Since $w^(\hat{c})$ is the solution to an optimization problem,
its derivative $\frac{\partial w^*(\hat{c})}{\partial \hat{c}}$ is often non-smooth or undefined, making the overall gradient computation challenging.
SPO → SPO+
Using the fact that:
\hat{c}^\top w = z^*(\hat{c}) \quad \text{for all } w \in W^*(\hat{c}),
we derive:
\ell_{\text{SPO}}(\hat{c}, c)
= \max_{w \in W^*(\hat{c})} \left( c^\top w - z^*(c) \right)
= \max_{w \in W^*(\hat{c})} \left( c^\top w - z^*(c) - \alpha \hat{c}^\top w + \alpha z^*(\hat{c}) \right)
= \max_{w \in W^*(\hat{c})} \left( c^\top w - \alpha \hat{c}^\top w \right) + \alpha z^*(\hat{c}) - z^*(c)
The influence of $\alpha$ :
\begin{cases}
\alpha \uparrow & \Rightarrow \quad w^* \text{ leans toward predicted cost} \\
\alpha \downarrow & \Rightarrow \quad w^* \text{ leans toward true cost}
\end{cases}
Surrogate Upper Bound
\ell_{\mathrm{SPO}}(\hat{c}, c) \leq \inf_{\alpha}
\left\{
\max_{w \in S} \left( c^\top w - \alpha \hat{c}^\top w \right) + \alpha z^*(\hat{c})
\right\} - z^*(c)
- The feasible region of $w$ changes from $W^*$ to $S$
- $\alpha$ does not influence the feasible region
- As $\alpha \to \infty$, the bound is monotonically decreasing
Because:
w \to w^*, \quad \hat{c}^\top w \to z^*(c)
SPO ERM Problem
Empirical Risk Minimization (ERM):
\min_{f \in \mathcal{H}} \frac{1}{n} \sum_{i=1}^n \ell_{\text{SPO}} \left( f(x_i), c_i \right)

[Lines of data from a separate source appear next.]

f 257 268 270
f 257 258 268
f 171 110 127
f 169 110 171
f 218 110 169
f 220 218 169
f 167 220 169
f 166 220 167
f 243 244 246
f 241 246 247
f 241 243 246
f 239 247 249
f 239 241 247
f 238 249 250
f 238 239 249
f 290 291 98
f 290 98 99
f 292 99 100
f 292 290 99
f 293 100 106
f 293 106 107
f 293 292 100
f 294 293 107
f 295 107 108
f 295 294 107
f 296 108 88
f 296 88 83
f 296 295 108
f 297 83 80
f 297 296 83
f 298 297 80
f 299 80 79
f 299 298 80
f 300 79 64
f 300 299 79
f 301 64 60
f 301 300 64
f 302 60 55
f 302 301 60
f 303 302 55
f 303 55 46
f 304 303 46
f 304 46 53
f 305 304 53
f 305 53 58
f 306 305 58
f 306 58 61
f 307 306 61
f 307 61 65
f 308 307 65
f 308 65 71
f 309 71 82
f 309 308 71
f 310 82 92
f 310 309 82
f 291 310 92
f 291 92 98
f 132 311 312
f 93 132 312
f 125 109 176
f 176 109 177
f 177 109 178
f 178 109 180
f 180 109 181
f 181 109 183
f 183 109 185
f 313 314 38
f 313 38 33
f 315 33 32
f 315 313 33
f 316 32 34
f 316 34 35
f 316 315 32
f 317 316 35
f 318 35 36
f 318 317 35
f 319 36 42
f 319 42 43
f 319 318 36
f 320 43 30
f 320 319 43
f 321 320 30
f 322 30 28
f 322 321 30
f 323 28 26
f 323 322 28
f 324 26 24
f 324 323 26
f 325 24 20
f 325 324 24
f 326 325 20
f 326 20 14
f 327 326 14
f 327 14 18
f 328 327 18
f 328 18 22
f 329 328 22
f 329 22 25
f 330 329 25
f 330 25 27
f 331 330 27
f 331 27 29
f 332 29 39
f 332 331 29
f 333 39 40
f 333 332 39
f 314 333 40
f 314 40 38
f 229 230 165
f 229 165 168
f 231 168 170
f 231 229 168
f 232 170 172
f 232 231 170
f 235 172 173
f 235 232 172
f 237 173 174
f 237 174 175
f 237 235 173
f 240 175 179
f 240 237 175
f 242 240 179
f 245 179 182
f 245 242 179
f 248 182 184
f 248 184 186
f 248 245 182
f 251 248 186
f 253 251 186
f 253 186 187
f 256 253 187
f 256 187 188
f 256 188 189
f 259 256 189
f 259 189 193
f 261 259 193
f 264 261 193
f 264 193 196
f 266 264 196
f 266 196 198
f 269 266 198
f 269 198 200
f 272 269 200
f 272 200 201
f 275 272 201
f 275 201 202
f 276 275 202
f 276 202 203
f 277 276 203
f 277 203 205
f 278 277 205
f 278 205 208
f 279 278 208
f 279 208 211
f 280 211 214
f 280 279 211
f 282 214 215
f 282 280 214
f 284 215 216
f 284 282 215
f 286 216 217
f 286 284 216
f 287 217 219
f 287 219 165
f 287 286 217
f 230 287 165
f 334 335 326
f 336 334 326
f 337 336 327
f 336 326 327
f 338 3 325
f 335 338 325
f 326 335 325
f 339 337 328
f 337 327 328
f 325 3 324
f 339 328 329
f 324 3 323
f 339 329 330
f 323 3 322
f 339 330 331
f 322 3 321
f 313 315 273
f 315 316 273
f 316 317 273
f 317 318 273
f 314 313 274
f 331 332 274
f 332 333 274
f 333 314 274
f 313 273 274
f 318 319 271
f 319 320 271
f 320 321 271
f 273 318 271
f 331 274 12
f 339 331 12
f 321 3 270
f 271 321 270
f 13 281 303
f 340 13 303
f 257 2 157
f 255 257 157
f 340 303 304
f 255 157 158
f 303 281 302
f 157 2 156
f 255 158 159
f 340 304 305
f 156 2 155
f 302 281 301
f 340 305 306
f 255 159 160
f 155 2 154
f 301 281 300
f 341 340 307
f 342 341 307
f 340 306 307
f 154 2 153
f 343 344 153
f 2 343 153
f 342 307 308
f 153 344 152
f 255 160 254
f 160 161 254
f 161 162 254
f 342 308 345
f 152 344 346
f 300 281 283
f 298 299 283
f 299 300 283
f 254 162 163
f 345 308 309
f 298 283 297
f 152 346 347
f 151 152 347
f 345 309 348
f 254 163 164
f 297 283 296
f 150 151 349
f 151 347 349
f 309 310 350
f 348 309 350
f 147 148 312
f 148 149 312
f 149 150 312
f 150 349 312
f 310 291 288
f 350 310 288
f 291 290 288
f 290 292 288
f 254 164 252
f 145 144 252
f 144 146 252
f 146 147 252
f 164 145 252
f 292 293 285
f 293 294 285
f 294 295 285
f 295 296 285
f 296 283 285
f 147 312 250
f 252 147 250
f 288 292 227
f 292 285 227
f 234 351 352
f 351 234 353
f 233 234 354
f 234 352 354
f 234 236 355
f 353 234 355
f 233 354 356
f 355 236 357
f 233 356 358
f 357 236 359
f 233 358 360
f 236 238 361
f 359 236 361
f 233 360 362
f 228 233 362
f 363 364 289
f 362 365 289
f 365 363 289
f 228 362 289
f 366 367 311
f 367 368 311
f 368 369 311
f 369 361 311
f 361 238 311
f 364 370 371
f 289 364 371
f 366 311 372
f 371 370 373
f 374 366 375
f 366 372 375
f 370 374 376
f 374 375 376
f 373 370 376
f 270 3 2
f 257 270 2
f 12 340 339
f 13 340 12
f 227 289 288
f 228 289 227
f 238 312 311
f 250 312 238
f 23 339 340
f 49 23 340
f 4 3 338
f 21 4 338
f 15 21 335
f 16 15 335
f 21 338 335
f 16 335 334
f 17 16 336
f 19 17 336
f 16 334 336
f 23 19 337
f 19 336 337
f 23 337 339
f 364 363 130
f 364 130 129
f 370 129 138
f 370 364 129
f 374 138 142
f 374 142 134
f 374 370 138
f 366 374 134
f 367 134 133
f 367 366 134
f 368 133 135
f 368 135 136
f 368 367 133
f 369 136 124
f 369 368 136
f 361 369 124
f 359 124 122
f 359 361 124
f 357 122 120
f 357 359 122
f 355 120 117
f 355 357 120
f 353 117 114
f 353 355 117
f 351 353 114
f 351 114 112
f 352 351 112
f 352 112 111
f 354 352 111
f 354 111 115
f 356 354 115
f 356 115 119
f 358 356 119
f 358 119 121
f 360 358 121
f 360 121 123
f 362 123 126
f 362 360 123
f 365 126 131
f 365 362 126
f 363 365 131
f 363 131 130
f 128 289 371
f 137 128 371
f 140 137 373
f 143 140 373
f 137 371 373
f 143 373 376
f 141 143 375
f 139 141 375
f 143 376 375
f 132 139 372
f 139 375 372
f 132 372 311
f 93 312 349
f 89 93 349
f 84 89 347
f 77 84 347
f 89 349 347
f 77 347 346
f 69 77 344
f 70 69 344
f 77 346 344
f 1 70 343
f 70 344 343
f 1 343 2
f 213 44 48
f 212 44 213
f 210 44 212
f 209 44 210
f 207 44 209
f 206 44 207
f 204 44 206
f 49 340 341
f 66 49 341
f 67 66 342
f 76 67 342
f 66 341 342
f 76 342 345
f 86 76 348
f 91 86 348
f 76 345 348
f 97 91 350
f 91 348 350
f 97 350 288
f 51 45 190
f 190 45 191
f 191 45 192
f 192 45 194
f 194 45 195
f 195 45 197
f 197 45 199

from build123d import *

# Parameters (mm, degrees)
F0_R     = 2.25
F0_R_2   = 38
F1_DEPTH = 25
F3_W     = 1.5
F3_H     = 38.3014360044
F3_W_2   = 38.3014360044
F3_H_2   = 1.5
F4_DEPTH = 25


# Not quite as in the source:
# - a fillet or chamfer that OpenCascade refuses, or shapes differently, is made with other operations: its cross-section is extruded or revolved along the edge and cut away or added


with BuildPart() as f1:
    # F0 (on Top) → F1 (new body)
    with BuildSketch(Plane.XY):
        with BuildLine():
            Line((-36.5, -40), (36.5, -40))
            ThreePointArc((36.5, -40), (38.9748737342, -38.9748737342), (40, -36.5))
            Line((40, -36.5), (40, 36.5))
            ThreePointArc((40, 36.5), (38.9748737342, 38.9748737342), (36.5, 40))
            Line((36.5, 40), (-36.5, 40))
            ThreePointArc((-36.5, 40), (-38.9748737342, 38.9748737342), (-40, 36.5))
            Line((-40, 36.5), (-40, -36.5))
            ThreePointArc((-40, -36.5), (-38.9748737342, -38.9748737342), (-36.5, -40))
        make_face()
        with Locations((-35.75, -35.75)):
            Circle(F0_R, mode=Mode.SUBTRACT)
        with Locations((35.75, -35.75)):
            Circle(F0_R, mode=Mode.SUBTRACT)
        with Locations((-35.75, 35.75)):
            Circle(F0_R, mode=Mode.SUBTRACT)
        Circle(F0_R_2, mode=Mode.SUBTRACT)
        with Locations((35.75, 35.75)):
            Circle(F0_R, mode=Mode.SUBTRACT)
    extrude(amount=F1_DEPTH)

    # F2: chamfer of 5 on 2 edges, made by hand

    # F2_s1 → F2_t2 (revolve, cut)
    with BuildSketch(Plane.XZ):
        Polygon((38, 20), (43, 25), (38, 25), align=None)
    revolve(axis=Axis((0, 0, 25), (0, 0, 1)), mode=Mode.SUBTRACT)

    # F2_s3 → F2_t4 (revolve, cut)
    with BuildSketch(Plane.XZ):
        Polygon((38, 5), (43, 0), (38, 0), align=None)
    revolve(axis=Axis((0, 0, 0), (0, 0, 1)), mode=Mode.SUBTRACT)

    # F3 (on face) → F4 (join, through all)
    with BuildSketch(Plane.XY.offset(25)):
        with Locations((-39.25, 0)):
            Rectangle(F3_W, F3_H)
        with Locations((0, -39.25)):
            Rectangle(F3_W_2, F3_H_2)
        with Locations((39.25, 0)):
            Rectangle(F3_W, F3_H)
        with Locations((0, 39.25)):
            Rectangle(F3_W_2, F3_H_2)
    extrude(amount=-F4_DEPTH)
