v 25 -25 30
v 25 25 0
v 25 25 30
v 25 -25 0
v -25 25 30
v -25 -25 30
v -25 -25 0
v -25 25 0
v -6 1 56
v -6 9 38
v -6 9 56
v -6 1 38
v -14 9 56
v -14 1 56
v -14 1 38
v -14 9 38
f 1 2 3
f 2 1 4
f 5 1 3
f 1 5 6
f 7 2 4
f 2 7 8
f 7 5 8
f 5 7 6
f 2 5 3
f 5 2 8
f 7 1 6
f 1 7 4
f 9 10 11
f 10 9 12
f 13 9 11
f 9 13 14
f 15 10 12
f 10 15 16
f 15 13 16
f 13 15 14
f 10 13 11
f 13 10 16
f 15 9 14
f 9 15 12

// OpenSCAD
// Simple 3D house with hipped roof
// Units: millimeters

// ---------- Parameters ----------
house_size      = 50;   // footprint size X and Y (<= 50mm)
wall_height     = 30;   // height of vertical walls
roof_height     = 20;   // extra height of roof above walls
wall_thickness  = 2;    // for door/window outlines if used

// Roof overhang relative to walls
roof_overhang   = 3;

// Chimney parameters
chimney_width   = 8;
chimney_depth   = 8;
chimney_height  = 18;
chimney_offsetX = -10;  // relative to center
chimney_offsetY = 5;

// Window/door sizes (for shallow embossed rectangles)
win_size        = [8, 8, 0.8];    // width, height, depth
door_size       = [12, 18, 0.8];

// ---------- Main assembly ----------
module house_body() {
    // Main cube of the house
    translate([-house_size/2, -house_size/2, 0])
        cube([house_size, house_size, wall_height], center = false);
}

module hipped_roof() {
    // Hipped roof represented as a pyramid frustum
    lower = house_size + 2*roof_overhang;
    upper = house_size * 0.25;  // small flat top at ridge

    translate([0, 0, wall_height])
        polyhedron(
            points = [
                // lower square (z = 0)
                [-lower/2, -lower/2, 0],
                [ lower/2, -lower/2, 0],
                [ lower/2,  lower/2, 0],
                [-lower/2,  lower/2, 0],

                // upper square (z = roof_height)
                [-upper/2, -upper/2, roof_height],
                [ upper/2, -upper/2, roof_height],
                [ upper/2,  upper/2, roof_height],
                [-upper/2,  upper/2, roof_height]
            ],
            faces = [
                // bottom ring (ignored, inside)
                [0,1,2,3],

                // sides
                [0,1,5,4],
                [1,2,6,5],
                [2,3,7,6],
                [3,0,4,7],

                // top
                [4,5,6,7]
            ]
        );
}

module chimney() {
    translate([chimney_offsetX - chimney_width/2,
               chimney_offsetY - chimney_depth/2,
               wall_height + roof_height*0.4])  // sink it into roof a bit
        cube([chimney_width, chimney_depth, chimney_height], center = false);
}

// Embossed window on front face
module window_at(x, z_center) {
    translate([x - win_size[0]/2,
               -house_size/2 - 0.01,           // slight offset in front
               z_center - win_size[1]/2])
        cube(win_size, center = false);
}

// Embossed door on front face
module door() {
    translate([-door_size[0]/2,
               -house_size/2 - 0.01,
               0])
        cube(door_size, center = false);
}

// ---------- Combine everything ----------
difference() {
    union() {
        house_body();
        hipped_roof();
        chimney();
    }

    // (Optional) cut out door and windows instead of embossing:
    // Uncomment below if you want real openings:
    /*
    window_at(-house_size/4, wall_height*0.6);
    window_at( house_size/4, wall_height*0.6);
    door();
    */
}

// If you prefer embossed instead of cut-outs, comment out the "difference()"
// block above and use this union instead:
//
// union() {
//     house_body();
//     hipped_roof();
//     chimney();
//
//     window_at(-house_size/4, wall_height*0.6);
//     window_at( house_size/4, wall_height*0.6);
//     door();
// }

SPO-based ERM Reformulation:
\min_{f \in \mathcal{H}} \frac{1}{n} \sum_{i=1}^n \lim_{\alpha_i \to \infty} \left\{
\max_{w \in S} \left( c_i^\top w - \alpha_i f(x_i)^\top w \right)
+ \alpha_i z^*(f(x_i)) - z^*(c_i)
\right\}
- $f(x_i) = \hat{c}_i$
- For all $c_i$ and $\hat{c}_i$, there exists $\alpha_i$ such that $w \to w^*$
SPO ERM Reformulation (Step-by-Step)
\min_{f \in \mathcal{H}} \frac{1}{n} \sum_{i=1}^n \lim_{\alpha_i \to \infty} \left[
\max_{w \in S} \left( c_i^\top w - \alpha_i f(x_i)^\top w \right)
+ \alpha_i z^*(f(x_i)) - z^*(c_i)
\right]
= \min_{f \in \mathcal{H}} \frac{1}{n} \sum_{i=1}^n \lim_{\alpha_i \to \infty} \left[
\max_{w \in S} \left( c_i^\top w - \alpha_i f(x_i)^\top w \right)
+ \alpha_i f(x_i)^\top w^*(\alpha_i f(x_i)) - z^*(c_i)
\right]
= \min_{f \in \mathcal{H}} \frac{1}{n} \lim_{\alpha \to \infty} \left(
\sum_{i=1}^n \max_{w \in S} \left( c_i^\top w - \alpha f(x_i)^\top w \right)
+ \alpha f(x_i)^\top w^*(\alpha f(x_i)) - z^*(c_i)
\right)
\leq \min_{f \in \mathcal{H}} \frac{1}{n} \sum_{i=1}^n \max_{w \in S} \left(
c_i^\top w - 2 f(x_i)^\top w + 2 f(x_i)^\top w^*(2 f(x_i)) - z^*(c_i)
\right)
\leq \min_{f \in \mathcal{H}} \frac{1}{n} \sum_{i=1}^n \max_{w \in S} \left(
c_i^\top w - 2 f(x_i)^\top w + 2 f(x_i)^\top w^*(c_i) - z^*(c_i)
\right)
SPO+
Definition:
\text{SPO}^+ = \max_{w \in \mathcal{S}} (c - 2\hat{c})^\top w + 2\hat{c}^\top w^*(c) - z^*(c)
Where:
- $\hat{c}$:Predicted cost vector
- $c$:True cost vector
- $w \in \mathcal{S}$:Any feasible decision in constraint set $\mathcal{S}$
- $w^*(\hat{c})$:Optimal solution under predicted cost
- $z^*(c)$:Optimal value under true cost
- $\max_{w \in \mathcal{S}} (c - 2\hat{c})^\top w$:This is a linear programming problem
The Differentiability in SPO+
SPO+ Loss
The SPO+ loss:
\mathcal{L}_{\text{SPO+}}(\hat{c}) = \max_{w \in \mathcal{S}} (c - 2\hat{c})^\top w + 2\hat{c}^\top w^*(c) - c^\top w^*(c)
Let:
w^+ \in \arg\max_{w \in \mathcal{S}} (c - 2\hat{c})^\top w
Then one subgradient of the SPO+ loss is:
\nabla_{\hat{c}} \mathcal{L}_{\text{SPO+}}(\hat{c}) = -2w^+ + 2w^*(c)
Notes
- The loss is convex, since it's a maximum over linear functions.
- Hence, a subgradient exists at every point.
- This makes the SPO+ loss amenable to subgradient descent and compatible with automatic differentiation in deep learning frameworks.